# New look!!!



## marc (Jul 16, 2007)

ok what do you think?

We have a new layout, i mentioned the other week there will be some big changes for uk-mma well this is the start of it, we are really starting to grow into a good size forum now with some very knowlegable and helpful members.

We are currently at 800+ members and pretty soon that will be muuuch more, the man responsible for the new look is Lorian.

As you know im setting up my own supplement store and have a little one on the way and JayC has his band and is in training to be a badass mma fighter  so it was a case of let the forum move along at a decent pace but not have much time to put into it, or bring someone in to help, so we decided on the latter.
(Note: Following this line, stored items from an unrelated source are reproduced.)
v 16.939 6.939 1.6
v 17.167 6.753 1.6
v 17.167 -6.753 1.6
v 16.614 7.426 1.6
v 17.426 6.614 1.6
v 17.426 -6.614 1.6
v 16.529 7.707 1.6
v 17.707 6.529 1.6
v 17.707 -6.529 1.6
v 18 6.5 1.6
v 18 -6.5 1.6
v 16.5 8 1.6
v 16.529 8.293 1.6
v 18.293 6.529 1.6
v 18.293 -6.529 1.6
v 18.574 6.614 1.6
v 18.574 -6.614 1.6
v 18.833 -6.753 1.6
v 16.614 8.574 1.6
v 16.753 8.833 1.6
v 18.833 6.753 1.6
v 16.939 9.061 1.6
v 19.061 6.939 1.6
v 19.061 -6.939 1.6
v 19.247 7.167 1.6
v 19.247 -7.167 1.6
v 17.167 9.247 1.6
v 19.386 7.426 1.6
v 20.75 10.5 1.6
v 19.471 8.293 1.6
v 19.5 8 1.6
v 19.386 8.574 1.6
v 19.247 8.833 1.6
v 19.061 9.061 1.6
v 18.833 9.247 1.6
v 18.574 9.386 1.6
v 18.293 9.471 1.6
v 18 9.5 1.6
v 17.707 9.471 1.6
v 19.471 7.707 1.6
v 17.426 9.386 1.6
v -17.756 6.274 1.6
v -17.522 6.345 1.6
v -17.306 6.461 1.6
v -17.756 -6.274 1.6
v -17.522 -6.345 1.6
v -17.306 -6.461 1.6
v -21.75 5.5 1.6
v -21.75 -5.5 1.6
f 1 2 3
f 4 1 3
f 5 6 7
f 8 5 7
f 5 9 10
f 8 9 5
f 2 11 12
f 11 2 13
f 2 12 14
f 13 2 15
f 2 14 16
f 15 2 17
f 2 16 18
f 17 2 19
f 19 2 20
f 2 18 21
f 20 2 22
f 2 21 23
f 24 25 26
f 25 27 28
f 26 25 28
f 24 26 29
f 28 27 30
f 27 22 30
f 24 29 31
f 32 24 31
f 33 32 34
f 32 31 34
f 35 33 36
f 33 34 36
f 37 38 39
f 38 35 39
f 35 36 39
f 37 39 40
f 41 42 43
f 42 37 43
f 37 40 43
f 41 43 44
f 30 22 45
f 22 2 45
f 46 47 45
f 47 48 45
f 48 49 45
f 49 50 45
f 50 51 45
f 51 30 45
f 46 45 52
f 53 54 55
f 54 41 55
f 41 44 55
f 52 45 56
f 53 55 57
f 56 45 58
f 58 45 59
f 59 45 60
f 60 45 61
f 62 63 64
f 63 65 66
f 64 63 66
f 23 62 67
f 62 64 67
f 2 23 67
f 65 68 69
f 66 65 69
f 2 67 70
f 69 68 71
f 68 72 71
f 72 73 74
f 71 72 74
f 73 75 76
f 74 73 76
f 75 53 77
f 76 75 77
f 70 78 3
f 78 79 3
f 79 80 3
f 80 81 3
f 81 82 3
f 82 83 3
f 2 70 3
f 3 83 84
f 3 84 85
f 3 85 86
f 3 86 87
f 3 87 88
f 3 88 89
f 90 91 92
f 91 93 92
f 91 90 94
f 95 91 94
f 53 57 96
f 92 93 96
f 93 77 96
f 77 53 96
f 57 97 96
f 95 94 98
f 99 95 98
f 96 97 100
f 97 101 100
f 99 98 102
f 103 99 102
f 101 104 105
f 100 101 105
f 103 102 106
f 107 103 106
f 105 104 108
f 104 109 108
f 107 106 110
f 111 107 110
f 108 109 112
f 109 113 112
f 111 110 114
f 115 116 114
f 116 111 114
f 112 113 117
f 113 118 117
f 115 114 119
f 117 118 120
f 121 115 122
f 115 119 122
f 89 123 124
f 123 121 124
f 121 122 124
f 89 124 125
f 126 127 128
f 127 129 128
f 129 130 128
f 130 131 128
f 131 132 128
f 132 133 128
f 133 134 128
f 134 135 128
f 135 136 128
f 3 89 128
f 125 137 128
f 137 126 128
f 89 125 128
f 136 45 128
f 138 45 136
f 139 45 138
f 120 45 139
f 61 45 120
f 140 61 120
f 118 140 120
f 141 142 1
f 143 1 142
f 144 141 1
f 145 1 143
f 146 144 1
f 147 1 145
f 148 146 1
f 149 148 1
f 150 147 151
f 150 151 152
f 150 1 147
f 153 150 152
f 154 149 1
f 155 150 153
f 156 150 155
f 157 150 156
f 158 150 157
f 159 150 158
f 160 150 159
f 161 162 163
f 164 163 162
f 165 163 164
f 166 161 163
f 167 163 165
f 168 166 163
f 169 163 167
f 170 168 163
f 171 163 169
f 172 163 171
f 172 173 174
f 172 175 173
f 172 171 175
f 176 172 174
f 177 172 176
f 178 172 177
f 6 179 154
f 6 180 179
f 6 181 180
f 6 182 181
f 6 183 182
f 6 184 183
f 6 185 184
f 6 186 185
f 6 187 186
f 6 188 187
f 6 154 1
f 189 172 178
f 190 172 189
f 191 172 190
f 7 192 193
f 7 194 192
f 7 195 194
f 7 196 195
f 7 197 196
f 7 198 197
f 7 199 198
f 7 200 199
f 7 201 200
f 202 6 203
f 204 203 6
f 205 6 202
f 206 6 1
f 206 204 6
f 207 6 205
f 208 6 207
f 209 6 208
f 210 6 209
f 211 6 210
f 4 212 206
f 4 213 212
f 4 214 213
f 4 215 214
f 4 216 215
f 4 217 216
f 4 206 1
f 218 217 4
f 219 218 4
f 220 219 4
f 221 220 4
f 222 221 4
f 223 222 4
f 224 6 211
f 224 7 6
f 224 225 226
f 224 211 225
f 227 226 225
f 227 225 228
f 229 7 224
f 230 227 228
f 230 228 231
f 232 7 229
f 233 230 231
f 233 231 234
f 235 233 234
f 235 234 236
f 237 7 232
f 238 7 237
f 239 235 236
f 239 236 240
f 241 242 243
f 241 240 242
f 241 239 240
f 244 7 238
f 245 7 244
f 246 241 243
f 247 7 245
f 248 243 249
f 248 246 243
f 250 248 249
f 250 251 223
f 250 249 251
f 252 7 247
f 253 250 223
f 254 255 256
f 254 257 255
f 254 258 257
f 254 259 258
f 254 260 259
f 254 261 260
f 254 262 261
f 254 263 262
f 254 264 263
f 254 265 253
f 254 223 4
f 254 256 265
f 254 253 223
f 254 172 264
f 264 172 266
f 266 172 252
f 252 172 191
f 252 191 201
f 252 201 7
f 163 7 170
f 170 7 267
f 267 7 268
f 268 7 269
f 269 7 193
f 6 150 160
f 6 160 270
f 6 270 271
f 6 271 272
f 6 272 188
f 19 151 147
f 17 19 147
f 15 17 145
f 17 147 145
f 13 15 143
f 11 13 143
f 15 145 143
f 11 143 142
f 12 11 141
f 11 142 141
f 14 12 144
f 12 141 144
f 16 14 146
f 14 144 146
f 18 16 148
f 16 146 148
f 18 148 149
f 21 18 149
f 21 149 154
Lorian runs a web design & hosting company as well as www.uk-muscle.co.uk (which is a forum you will probably be hearing more of in the future) and has a lot of time to upgrade the site and fix any bugs that we may have, and it means i dont have to bug jay every few days when i do something wrong  so there you go we have a new look website 

Any comments good or bad, fire away


----------



## warren (Jun 16, 2008)

i like it, cool mate. and to anyone who doesnt know uk-muscle it is also another good site.


----------



## Guest (Jun 29, 2008)

Cheers for the vote of confidence!

Some of you guys probably know me from UK-M, to everyone else - hello! :happy:

Big thank you to Marc for bringing me onboard, I look forward to working with you to make UK-MMA the biggest and best MMA forum around.. :yes:



L


----------



## Si-K (Jul 23, 2007)

Lookin good guys, I like the new smilies :nerd:

Has the UK flag gone ???

P.S well done to Jay for keeping things together for so long.


----------



## Guest (Jun 29, 2008)

Si-K said:


> Has the UK flag gone ???


The logo is temporary ..

We can certainly look to bringing back the flag in the new version if people want it - thoughts?



L


----------



## spitfire (Apr 19, 2008)

handsome. its loks good. will av a mooch around .


----------



## NLG (Sep 6, 2007)

Awesome, great job and hello!


----------



## Kunoichi (Sep 30, 2007)

I feel neglected. Although changes are always welcome, it became so male-oriented all of a sudden...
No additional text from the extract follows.